Reputation: 2517
I wrote some code to read a parquet file, switch the schema slightly and write the data to a new parquet file. The code looks as follows:
...
val schema = StructType(
List(
StructField("id", LongType, false),
StructField("data", ArrayType(FloatType), false)
)
)
val data = sqlContext.read.parquet(file.getAbsolutePath)
val revisedData = data.map(r => Row(r.getInt(0).toLong, r.getSeq[Float](1)))
val df = sqlContext.createDataFrame(revisedData, schema)
Writer.writeToParquet(df)
with Writer
being
object Writer {
def writeToParquet(df : DataFrame) : Unit = {
val future = Future {
df.write.mode(SaveMode.Append).save(path)
}
Await.ready(future, Duration.Inf)
}
}
For a file of about 4 GB my program breaks, raising an OutOfMemoryError: Java heap space. I have set 6 GB of memory to the executor (using -Dspark.executor.memory=6g
), raised the JVM heap space (using -Xmx6g
), increased the Kryo serializer buffer to 2 GB (using System.setProperty("spark.kryoserializer.buffer.mb", "2048")
).
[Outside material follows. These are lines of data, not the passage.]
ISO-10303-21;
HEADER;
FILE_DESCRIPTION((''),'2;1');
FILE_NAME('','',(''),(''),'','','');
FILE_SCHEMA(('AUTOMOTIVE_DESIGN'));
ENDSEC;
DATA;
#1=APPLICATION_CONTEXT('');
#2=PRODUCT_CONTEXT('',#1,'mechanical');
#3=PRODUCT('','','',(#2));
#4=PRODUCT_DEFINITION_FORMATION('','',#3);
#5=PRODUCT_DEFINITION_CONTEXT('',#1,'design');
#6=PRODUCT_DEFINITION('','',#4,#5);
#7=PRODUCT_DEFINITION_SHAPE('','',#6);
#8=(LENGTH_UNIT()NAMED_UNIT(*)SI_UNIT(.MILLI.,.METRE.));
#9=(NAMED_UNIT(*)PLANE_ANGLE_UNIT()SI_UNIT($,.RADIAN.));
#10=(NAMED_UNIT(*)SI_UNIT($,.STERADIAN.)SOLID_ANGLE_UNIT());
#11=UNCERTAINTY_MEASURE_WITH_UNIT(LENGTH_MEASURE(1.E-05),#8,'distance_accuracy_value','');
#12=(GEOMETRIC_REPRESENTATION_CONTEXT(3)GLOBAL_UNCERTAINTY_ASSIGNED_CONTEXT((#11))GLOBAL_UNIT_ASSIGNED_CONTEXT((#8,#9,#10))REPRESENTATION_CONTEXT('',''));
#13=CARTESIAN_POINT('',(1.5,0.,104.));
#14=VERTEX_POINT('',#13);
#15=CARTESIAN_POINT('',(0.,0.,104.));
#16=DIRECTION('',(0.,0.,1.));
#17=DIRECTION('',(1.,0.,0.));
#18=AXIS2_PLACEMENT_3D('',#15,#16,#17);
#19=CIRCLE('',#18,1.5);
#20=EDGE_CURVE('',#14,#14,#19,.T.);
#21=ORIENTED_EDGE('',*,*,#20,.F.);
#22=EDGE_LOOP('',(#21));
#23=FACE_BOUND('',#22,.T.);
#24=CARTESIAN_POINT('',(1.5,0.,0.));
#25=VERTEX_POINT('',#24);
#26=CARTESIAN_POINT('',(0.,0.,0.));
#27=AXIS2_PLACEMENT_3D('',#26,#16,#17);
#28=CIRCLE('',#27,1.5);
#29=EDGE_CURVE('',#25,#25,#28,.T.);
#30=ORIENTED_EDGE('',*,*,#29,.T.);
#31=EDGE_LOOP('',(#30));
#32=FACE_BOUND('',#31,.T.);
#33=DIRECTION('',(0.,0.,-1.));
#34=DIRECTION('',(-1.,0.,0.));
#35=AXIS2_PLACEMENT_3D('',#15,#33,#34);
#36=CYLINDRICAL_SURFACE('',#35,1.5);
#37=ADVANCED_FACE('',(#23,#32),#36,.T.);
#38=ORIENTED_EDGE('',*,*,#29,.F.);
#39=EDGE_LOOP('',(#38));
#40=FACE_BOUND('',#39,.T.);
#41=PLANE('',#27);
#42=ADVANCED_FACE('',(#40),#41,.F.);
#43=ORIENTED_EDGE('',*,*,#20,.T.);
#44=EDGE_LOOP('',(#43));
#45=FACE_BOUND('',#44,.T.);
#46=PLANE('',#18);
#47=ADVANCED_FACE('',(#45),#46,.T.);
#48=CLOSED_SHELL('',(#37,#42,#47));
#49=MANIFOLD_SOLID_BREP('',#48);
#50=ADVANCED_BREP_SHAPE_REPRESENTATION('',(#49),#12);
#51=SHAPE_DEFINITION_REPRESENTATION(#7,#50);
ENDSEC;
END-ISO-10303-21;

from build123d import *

# Parameters (mm, degrees)
SKETCH1_R           = 1.5
BOSS_EXTRUDE1_DEPTH = 104


with BuildPart() as part:
    # Sketch1 → Boss-Extrude1 (new body)
    with BuildSketch(Plane.XY):
        Circle(SKETCH1_R)
    extrude(amount=BOSS_EXTRUDE1_DEPTH)


solid = part.part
However, I still get the error.
This is the stack trace:
java.lang.OutOfMemoryError: Java heap space
at com.esotericsoftware.kryo.io.Output.<init>(Output.java:35)
at org.apache.spark.serializer.KryoSerializer.newKryoOutput(KryoSerializer.scala:76)
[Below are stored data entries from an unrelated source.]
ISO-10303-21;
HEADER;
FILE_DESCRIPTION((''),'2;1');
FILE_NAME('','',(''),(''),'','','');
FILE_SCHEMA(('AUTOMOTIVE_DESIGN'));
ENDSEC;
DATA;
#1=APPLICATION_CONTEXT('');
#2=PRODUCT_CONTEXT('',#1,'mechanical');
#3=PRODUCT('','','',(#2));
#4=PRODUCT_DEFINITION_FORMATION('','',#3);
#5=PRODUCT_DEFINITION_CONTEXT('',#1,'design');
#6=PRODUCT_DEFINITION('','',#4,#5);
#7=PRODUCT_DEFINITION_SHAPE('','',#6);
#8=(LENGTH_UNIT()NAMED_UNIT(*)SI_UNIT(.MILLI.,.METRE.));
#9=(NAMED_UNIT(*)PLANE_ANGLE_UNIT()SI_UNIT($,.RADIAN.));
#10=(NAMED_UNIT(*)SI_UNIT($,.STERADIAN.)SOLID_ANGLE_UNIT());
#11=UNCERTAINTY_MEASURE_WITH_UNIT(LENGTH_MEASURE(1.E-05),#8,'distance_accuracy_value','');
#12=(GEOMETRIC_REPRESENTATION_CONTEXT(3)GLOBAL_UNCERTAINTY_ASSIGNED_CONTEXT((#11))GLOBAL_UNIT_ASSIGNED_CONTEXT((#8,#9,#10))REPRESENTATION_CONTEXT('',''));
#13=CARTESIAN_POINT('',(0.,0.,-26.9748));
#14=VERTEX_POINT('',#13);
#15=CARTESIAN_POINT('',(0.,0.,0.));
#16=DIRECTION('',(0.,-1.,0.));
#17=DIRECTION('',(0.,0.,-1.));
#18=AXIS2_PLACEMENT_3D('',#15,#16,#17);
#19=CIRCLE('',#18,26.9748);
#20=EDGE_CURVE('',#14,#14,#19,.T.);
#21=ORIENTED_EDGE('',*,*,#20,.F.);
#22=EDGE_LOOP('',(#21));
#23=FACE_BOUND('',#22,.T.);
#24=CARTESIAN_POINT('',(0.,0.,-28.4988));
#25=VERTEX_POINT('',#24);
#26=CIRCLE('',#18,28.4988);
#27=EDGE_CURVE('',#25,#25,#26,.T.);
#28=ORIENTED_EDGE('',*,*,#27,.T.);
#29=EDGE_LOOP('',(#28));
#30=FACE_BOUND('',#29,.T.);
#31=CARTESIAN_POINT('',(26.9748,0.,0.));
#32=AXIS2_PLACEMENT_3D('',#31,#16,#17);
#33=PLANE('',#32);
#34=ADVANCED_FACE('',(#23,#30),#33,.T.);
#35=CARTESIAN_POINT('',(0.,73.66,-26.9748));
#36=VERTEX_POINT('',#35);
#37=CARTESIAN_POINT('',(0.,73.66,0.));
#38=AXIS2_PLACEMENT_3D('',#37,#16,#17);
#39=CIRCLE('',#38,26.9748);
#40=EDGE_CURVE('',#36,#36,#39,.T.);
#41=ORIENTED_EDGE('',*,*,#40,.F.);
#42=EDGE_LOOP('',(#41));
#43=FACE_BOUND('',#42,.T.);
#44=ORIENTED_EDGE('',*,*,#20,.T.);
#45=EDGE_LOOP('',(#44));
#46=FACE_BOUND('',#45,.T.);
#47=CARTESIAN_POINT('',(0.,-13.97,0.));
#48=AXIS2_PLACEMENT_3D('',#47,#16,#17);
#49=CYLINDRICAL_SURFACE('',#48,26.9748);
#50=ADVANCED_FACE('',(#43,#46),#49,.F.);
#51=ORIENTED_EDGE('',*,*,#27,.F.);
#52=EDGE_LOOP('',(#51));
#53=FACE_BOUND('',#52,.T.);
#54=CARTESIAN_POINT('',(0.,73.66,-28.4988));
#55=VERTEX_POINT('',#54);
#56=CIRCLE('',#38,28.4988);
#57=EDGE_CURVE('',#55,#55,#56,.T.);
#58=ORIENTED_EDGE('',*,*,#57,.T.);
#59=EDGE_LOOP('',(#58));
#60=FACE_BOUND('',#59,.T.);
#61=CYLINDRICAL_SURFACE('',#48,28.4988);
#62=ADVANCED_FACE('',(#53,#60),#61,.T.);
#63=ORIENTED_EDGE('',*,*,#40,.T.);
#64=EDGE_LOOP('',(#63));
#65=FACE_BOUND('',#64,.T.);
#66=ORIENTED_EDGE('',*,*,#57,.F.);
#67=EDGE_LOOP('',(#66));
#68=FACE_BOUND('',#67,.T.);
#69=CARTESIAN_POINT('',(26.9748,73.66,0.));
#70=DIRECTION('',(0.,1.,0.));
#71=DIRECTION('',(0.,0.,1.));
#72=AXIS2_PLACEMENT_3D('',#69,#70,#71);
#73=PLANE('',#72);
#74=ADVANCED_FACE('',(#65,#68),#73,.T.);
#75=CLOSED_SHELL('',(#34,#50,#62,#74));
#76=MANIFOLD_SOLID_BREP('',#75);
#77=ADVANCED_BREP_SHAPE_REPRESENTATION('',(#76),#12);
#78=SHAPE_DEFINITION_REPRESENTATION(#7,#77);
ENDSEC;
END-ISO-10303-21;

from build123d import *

# Parameters (mm, degrees)
SKETCH1_W = 1.524
SKETCH1_H = 73.66


with BuildPart() as part:
    # Sketch1 → Revolve1 (revolve)
    with BuildSketch(Plane.XY):
        with Locations((27.7368, 36.83)):
            Rectangle(SKETCH1_W, SKETCH1_H)
    revolve(axis=Axis((0, -13.97, 0), (0, 1, 0)))


solid = part.part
at org.apache.spark.serializer.KryoSerializerInstance.output$lzycompute(KryoSerializer.scala:243)
at org.apache.spark.serializer.KryoSerializerInstance.output(KryoSerializer.scala:243)
at org.apache.spark.serializer.KryoSerializerInstance.serialize(KryoSerializer.scala:247)
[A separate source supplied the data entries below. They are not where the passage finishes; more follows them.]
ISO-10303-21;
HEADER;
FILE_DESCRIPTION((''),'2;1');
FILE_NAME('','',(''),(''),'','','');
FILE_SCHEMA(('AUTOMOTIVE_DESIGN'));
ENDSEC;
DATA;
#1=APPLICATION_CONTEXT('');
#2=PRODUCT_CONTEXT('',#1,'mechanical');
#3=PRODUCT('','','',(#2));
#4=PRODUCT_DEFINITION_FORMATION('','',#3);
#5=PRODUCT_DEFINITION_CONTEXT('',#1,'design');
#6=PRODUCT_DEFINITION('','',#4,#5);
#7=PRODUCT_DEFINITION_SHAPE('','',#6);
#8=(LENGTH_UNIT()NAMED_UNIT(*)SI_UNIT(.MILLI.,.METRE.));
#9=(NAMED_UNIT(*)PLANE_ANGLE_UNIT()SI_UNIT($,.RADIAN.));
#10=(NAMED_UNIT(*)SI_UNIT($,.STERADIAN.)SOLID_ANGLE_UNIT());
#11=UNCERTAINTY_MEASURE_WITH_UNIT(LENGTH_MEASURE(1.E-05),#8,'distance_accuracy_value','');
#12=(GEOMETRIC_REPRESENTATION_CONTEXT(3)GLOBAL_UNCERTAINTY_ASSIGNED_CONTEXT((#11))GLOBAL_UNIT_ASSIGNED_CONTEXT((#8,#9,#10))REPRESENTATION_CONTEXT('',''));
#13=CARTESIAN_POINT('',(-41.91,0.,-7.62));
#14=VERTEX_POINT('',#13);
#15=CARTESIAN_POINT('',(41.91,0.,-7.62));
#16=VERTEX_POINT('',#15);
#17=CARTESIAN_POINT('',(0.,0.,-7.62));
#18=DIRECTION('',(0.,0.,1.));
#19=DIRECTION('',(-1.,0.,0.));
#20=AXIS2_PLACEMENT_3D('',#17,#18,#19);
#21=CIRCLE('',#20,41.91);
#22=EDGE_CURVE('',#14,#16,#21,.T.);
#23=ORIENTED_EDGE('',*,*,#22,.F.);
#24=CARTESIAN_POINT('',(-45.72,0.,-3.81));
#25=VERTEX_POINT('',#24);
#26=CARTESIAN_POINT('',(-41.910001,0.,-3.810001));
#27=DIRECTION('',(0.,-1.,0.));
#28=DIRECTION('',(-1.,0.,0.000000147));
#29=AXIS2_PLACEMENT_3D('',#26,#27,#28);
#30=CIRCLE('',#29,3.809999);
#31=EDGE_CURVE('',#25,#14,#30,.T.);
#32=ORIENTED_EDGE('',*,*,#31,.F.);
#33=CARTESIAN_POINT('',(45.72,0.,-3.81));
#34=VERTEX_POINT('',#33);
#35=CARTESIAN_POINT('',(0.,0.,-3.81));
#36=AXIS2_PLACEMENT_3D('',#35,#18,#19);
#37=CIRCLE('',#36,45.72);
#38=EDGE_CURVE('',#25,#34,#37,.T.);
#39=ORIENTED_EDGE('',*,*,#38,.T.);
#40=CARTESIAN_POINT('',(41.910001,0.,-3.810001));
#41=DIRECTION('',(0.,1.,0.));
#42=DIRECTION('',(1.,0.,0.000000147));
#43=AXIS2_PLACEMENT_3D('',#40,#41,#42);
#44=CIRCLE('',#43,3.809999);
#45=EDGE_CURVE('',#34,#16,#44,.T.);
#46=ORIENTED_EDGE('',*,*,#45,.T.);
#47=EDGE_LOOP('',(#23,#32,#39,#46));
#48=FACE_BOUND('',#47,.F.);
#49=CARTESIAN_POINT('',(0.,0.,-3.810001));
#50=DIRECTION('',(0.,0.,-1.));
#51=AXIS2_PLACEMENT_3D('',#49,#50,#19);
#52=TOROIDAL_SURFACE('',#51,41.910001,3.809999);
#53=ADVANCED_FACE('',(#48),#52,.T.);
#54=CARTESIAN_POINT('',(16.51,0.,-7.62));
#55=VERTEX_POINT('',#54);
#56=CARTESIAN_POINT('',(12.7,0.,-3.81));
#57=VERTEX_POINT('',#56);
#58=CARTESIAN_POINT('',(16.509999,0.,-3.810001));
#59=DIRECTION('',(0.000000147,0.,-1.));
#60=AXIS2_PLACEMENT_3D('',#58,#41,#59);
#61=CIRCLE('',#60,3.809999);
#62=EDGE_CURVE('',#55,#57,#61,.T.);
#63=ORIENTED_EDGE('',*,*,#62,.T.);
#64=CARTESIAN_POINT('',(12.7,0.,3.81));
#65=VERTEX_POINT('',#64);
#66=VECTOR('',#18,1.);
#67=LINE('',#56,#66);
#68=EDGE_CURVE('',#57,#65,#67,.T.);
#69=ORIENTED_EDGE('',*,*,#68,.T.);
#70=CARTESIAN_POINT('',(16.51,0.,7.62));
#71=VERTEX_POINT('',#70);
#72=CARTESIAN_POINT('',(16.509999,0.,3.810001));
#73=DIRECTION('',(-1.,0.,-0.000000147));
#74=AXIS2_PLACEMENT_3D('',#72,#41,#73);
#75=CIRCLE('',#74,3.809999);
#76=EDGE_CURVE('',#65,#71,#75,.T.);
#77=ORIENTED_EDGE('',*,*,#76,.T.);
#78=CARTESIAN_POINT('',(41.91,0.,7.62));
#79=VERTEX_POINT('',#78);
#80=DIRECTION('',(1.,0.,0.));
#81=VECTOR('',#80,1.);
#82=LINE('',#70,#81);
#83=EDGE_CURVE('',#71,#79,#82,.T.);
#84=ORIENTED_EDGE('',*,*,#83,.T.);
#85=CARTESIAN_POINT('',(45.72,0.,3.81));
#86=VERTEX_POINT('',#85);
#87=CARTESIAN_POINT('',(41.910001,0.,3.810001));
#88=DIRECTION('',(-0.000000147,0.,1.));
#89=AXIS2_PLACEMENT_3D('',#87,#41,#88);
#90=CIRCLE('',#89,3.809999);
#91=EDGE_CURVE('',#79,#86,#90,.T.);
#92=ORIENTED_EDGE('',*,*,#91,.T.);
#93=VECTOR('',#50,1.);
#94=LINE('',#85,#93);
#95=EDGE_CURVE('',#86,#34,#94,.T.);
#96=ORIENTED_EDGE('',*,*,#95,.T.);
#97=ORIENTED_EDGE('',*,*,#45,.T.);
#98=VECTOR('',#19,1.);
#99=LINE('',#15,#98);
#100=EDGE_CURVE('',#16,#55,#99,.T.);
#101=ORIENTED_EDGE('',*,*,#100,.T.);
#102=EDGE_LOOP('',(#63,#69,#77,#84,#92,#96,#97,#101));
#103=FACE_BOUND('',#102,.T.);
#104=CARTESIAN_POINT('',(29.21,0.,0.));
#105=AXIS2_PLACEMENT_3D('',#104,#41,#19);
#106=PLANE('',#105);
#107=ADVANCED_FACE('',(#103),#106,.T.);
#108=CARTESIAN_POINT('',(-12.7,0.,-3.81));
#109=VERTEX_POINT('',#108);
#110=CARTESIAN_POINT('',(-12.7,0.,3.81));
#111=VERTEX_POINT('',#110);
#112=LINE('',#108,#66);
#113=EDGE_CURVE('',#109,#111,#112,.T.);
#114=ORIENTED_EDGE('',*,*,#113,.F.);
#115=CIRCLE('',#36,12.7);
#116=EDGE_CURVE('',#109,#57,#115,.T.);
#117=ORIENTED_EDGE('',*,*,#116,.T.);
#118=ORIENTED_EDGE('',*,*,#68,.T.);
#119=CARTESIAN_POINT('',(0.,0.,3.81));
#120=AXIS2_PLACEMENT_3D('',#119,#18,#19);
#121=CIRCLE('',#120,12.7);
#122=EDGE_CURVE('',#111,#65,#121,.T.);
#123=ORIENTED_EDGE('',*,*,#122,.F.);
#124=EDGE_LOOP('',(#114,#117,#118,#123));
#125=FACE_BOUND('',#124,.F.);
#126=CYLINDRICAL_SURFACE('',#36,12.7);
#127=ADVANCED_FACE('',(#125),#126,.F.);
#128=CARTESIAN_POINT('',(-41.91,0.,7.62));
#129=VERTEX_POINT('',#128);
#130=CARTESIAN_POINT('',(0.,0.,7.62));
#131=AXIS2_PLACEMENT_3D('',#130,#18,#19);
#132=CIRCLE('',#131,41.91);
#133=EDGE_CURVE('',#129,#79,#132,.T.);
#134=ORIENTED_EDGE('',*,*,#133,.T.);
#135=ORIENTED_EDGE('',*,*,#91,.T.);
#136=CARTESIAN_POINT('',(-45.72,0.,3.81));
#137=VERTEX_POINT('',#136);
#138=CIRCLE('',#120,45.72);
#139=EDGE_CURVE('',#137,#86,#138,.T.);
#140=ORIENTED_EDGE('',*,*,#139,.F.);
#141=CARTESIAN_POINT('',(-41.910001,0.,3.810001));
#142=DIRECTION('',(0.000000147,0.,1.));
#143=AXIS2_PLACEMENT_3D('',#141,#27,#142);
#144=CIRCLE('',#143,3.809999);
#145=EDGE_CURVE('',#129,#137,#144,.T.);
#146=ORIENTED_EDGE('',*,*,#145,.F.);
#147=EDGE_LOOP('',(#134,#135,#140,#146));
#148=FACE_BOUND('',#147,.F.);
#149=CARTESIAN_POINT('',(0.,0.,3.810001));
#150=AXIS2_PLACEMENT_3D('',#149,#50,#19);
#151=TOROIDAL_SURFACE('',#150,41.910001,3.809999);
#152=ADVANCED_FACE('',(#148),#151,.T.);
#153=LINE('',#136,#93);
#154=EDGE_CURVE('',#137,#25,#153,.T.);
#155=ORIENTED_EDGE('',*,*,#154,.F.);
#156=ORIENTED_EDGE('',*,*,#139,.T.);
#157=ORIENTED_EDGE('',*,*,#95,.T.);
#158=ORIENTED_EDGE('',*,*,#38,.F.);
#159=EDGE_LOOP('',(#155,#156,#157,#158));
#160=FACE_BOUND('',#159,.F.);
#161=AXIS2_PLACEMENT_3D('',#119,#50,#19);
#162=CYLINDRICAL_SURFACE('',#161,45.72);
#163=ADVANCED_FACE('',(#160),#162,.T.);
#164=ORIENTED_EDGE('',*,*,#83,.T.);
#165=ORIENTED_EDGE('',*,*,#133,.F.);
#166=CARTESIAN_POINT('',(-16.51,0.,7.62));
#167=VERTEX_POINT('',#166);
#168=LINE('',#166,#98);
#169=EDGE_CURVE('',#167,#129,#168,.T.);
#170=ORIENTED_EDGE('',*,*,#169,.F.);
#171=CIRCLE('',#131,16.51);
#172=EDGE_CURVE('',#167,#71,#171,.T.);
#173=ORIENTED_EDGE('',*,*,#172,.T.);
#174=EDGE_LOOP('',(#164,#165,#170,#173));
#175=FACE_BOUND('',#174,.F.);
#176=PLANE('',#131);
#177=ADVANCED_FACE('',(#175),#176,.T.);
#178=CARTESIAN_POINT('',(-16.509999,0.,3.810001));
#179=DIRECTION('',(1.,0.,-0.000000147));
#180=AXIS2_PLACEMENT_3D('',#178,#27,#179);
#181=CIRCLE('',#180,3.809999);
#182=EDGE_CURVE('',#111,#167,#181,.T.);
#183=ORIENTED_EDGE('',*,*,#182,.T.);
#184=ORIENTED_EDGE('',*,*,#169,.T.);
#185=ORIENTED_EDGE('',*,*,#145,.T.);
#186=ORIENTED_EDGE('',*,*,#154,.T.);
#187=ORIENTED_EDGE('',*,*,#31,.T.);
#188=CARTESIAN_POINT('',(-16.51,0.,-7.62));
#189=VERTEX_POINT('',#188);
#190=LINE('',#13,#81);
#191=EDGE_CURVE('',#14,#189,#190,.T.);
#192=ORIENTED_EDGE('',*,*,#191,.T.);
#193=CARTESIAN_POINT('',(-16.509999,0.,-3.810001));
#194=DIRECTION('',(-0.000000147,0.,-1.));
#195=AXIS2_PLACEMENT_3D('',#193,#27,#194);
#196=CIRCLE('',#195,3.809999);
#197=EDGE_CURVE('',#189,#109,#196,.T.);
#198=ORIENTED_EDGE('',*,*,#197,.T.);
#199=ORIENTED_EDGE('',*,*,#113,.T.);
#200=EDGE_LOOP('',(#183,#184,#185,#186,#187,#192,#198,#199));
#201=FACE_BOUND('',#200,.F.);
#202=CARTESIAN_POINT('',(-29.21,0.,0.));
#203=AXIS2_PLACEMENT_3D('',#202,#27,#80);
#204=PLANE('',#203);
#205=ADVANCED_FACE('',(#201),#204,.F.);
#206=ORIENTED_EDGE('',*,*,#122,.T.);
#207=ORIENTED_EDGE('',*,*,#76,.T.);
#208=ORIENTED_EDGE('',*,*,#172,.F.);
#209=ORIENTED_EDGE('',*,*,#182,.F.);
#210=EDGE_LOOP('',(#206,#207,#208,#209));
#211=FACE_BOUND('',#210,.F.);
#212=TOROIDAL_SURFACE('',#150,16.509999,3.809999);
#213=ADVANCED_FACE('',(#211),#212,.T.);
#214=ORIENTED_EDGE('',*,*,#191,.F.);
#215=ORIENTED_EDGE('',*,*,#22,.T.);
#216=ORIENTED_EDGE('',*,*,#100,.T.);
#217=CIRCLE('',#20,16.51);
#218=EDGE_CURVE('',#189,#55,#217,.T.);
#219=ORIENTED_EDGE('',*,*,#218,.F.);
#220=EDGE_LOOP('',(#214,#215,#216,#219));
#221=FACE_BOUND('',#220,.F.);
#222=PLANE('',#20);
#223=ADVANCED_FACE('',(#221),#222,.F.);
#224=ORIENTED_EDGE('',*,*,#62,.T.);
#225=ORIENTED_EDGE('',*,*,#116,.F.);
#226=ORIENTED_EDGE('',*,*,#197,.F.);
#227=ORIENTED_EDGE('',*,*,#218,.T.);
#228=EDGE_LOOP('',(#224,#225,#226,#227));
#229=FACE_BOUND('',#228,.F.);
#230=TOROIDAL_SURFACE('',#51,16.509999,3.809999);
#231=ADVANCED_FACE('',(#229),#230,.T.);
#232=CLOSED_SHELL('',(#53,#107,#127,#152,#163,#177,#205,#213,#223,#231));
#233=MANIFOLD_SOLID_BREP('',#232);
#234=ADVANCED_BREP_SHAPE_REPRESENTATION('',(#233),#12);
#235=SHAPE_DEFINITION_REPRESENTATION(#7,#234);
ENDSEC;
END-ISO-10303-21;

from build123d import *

# Parameters (mm, degrees)
F1_ANGLE = 180


with BuildPart() as f1:
    # F0 (on Front) → F1 (revolve)
    with BuildSketch(Plane.XZ):
        with BuildLine():
            Line((-16.51, 7.62), (-41.91, 7.62))
            ThreePointArc((-41.91, 7.62), (-44.604077, 6.504077), (-45.72, 3.81))
            Line((-45.72, 3.81), (-45.72, -3.81))
            ThreePointArc((-45.72, -3.81), (-44.604077, -6.504077), (-41.91, -7.62))
            Line((-41.91, -7.62), (-16.51, -7.62))
            ThreePointArc((-16.51, -7.62), (-13.815923, -6.504077), (-12.7, -3.81))
            Line((-12.7, -3.81), (-12.7, 3.81))
            ThreePointArc((-12.7, 3.81), (-13.815923, 6.504077), (-16.51, 7.62))
        make_face()
    revolve(axis=Axis((0, 0, 0), (0, 0, 1)), revolution_arc=F1_ANGLE)


solid = f1.part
at org.apache.spark.executor.Executor$TaskRunner.run(Executor.scala:236)
at java.util.concurrent.ThreadPoolExecutor.runWorker(ThreadPoolExecutor.java:1142)
at java.util.concurrent.ThreadPoolExecutor$Worker.run(ThreadPoolExecutor.java:617)
at java.lang.Thread.run(Thread.java:744)
What can I do to avoid this error?
Upvotes: 3
Views: 5764
Reputation: 3641
Using sparklyr, having the same OutOfMemoryError, despite reducing spark.kryoserializer.buffer, not beeing able to read a parquet a file I had been able to write, my solution was to:
disable the "eager" memory load option: (memory=FALSE)
spark_read_parquet(sc,name=curName,file.path("file://",srcFile), header=true, memory=FALSE)
spark 2.3.0 sparklyr 1.0.0 R version 3.4.2
Upvotes: 0
Reputation: 15141
Following my comment, two things:
1) You need to watch out with the spark.kryoserializer.buffer.mb
property name, in the newest spark they changed it to spark.kryoserializer.buffer
and spark.kryoserializer.buffer.max
.
2) You have to be careful with the size of the buffer and your heap size, it has to be big enough to store a single record you are writing but not much more as kryo is creating an explicit byte[]
of that size (and allocating a single byte
array for 2GB is usually a bad idea). Try lowering your buffer size with the proper property.
Upvotes: 4